I've experimented with a very similar flow back in the days of GPT3.5. It resulted in really fun story lines, but i found that the player choices benefitted from some steering: For each plot point i generated three choices, where [1] progressed the story, [2] stalled the plot and [3] resulted in a plot twist, just these additions to the choice prompts increased playability by a lot, and prevented plot stagnation and "feedback loops".
I think the intersection of games and LLMs is the way to solve alignment. Imagine a 3D UI for an LLM, this way we can democratize interpretability research.
Basically to train another model, that will take the LLM and convert it into 3D shapes and put them in some 3D world that is understandable for humans.
Simpler example: represent an LLM as a green field with objects, where humans are the only agents:
You stand near a monkey, see chewing mouth nearby, go there (your prompt now is “monkey chews”), close by you see an arrow pointing at a banana, father away an arrow points at an apple, very far away at the horizon an arrow points at a tire (monkeys rarely chew tires).

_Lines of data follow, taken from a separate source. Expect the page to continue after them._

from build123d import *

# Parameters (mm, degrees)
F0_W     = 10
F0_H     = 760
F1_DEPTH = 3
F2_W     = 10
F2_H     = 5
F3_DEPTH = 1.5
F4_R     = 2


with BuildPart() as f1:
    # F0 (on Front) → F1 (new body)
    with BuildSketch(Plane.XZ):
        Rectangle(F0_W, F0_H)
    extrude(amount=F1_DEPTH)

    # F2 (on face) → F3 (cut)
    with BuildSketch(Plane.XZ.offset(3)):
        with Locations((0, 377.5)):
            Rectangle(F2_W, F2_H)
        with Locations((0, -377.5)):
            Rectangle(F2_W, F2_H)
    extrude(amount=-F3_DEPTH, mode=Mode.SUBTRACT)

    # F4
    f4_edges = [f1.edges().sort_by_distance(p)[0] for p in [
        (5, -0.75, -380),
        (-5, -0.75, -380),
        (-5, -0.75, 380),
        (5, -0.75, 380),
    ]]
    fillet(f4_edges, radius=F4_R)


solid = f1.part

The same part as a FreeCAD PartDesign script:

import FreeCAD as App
import Part
import Sketcher


def edges_at(feature, points):
    """Names of the edges that pass closest to the given points."""
    edges = feature.Shape.Edges
    near = lambda p: min(range(len(edges)), key=lambda i: edges[i].distToShape(Part.Vertex(*p))[0])
    return sorted({f"Edge{near(p) + 1}" for p in points})

doc = App.newDocument("Part")
body = doc.addObject("PartDesign::Body", "Body")

# Sketch on XZ plane
sketch1 = doc.addObject("Sketcher::SketchObject", "Sketch")
body.addObject(sketch1)
sketch1.AttachmentSupport = (doc.XZ_Plane, [""])
sketch1.MapMode = "FlatFace"
sketch1.addGeometry([
    Part.LineSegment(App.Vector(-5, 380, 0), App.Vector(-5, -380, 0)),
    Part.LineSegment(App.Vector(-5, -380, 0), App.Vector(5, -380, 0)),
    Part.LineSegment(App.Vector(5, -380, 0), App.Vector(5, 380, 0)),
    Part.LineSegment(App.Vector(5, 380, 0), App.Vector(-5, 380, 0)),
], False)
sketch1.addConstraint([
    Sketcher.Constraint("Coincident", 0, 2, 1, 1),
    Sketcher.Constraint("Coincident", 1, 2, 2, 1),
    Sketcher.Constraint("Coincident", 2, 2, 3, 1),
    Sketcher.Constraint("Coincident", 3, 2, 0, 1),
    Sketcher.Constraint("Vertical", 0),
    Sketcher.Constraint("Horizontal", 1),
    Sketcher.Constraint("Vertical", 2),
    Sketcher.Constraint("Horizontal", 3),
    Sketcher.Constraint("Symmetric", 0, 2, 2, 2, -1, 1),
    Sketcher.Constraint("DistanceX", 1, 1, 1, 2, 10.0),
    Sketcher.Constraint("DistanceY", 0, 2, 0, 1, 760.0),
])
pad1 = doc.addObject("PartDesign::Pad", "Pad")
body.addObject(pad1)
pad1.Profile = sketch1
pad1.Length = 3

# Sketch on XZ plane
sketch2 = doc.addObject("Sketcher::SketchObject", "Sketch001")
body.addObject(sketch2)
sketch2.AttachmentSupport = (doc.XZ_Plane, [""])
sketch2.MapMode = "FlatFace"
sketch2.AttachmentOffset = App.Placement(App.Vector(0, 0, 3), App.Rotation())
sketch2.addGeometry([
    Part.LineSegment(App.Vector(-5, 380, 0), App.Vector(-5, 375, 0)),  # 0
    Part.LineSegment(App.Vector(-5, 375, 0), App.Vector(5, 375, 0)),  # 1
    Part.LineSegment(App.Vector(5, 375, 0), App.Vector(5, 380, 0)),  # 2
    Part.LineSegment(App.Vector(5, 380, 0), App.Vector(-5, 380, 0)),  # 3
    Part.LineSegment(App.Vector(-5, -375, 0), App.Vector(-5, -380, 0)),  # 4
    Part.LineSegment(App.Vector(-5, -380, 0), App.Vector(5, -380, 0)),  # 5
    Part.LineSegment(App.Vector(5, -380, 0), App.Vector(5, -375, 0)),  # 6
    Part.LineSegment(App.Vector(5, -375, 0), App.Vector(-5, -375, 0)),  # 7
], False)
sketch2.addConstraint([
    Sketcher.Constraint("Coincident", 0, 2, 1, 1),
    Sketcher.Constraint("Coincident", 1, 2, 2, 1),
    Sketcher.Constraint("Coincident", 2, 2, 3, 1),
    Sketcher.Constraint("Coincident", 3, 2, 0, 1),
    Sketcher.Constraint("Coincident", 4, 2, 5, 1),
    Sketcher.Constraint("Coincident", 5, 2, 6, 1),
    Sketcher.Constraint("Coincident", 6, 2, 7, 1),
    Sketcher.Constraint("Coincident", 7, 2, 4, 1),
    Sketcher.Constraint("Vertical", 0),
    Sketcher.Constraint("Horizontal", 1),
    Sketcher.Constraint("Vertical", 2),
    Sketcher.Constraint("Horizontal", 3),
    Sketcher.Constraint("Vertical", 4),
    Sketcher.Constraint("Horizontal", 5),
    Sketcher.Constraint("Vertical", 6),
    Sketcher.Constraint("Horizontal", 7),
    Sketcher.Constraint("Symmetric", 2, 2, 4, 2, -1, 1),
    Sketcher.Constraint("Symmetric", 0, 2, 6, 2, -1, 1),
    Sketcher.Constraint("Vertical", 3, 2, 4, 2),
    Sketcher.Constraint("DistanceX", 1, 1, 1, 2, 10.0),
    Sketcher.Constraint("DistanceY", 0, 2, 0, 1, 5.0),
    Sketcher.Constraint("DistanceY", -1, 1, 0, 2, 375.0),
])
pocket1 = doc.addObject("PartDesign::Pocket", "Pocket")
body.addObject(pocket1)
pocket1.Profile = sketch2
pocket1.Length = 1.5
doc.recompute()

fillet = doc.addObject("PartDesign::Fillet", "Fillet")
body.addObject(fillet)
fillet.Base = (pocket1, edges_at(pocket1, [
    (5, -0.75, -380),
    (-5, -0.75, -380),
    (-5, -0.75, 380),
    (5, -0.75, 380),
]))
fillet.Radius = 2

doc.recompute()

So things close by are more likely tokens, things far away are less likely, you see all of them at once (maybe you’re on top of a hill to see farther). This way we can make a form of static place AI, where humans are the only agents
We’ll have millions of gamers’ eyeballs on the internals of the multimodal LLMs. They’ll probably find many stolen things there and some “monsters”, unknown unknowns. Probably will inspire them to learn the lower “machine code” of LLMs, the same way graphical user interfaces made computers widespread. Plus we’ll tap into the game dev ecosystem and their tools to start solving alignment together. I don’t see downsides
It's in ren'py, so the states are all hard-coded, LLM powers interactions with NPCs --including branching based on being able to convince them. So rather complementary to this project.
The dynamic features presented are interesting; at the same time, the lack of great consistency with LLMs makes me prefer their use for local tasks, and have a human make the global decisions.
Other interesting games (that are readily playable):
The group behind AI Dungeon released the Wayfarer model in 12B and 70B variants. The former is small enough to run on local hardware. 10/10 would get eaten by a giant sloth again.
This is really cool! When you get a restate instance, does that just handle the durable execution journal / orchestration, or can you run code in the instance as well?
Hey igal from restate here :)
Indeed the restate server does handle the durable execution part, while the user code runs in a separate process, we don't host the code ourselves at the moment, but it is really easy to deploy it wherever you wish and even deploy it on AWS lambda!
This is a very thoughtful and well engineered solution that I think unfortunately removes one of the main advantages of choose your own adventures with an LLM -- that you can just tell them you don't like their choices and want to do something completely different.
If author is here you should remove any mentions of "ch00se your 0wn adventure" and also it's 4 letter acronym. The trademark owner goes very aggressively after it. Use user generated adventures or something similar.
It looks like "Chooseco" owns it. Unfortunately, the best bet at having it thrown out was their lawsuit against Netflix, but Netflix chose to settle.
> Seems like something that shouldn’t be trademarkable
It's not copyrightable, but it's exactly the kind of thing that would be trademarkable. It's just that it's definitely genericized at this point. I'm not sure many people associate it with a brand rather than a genre.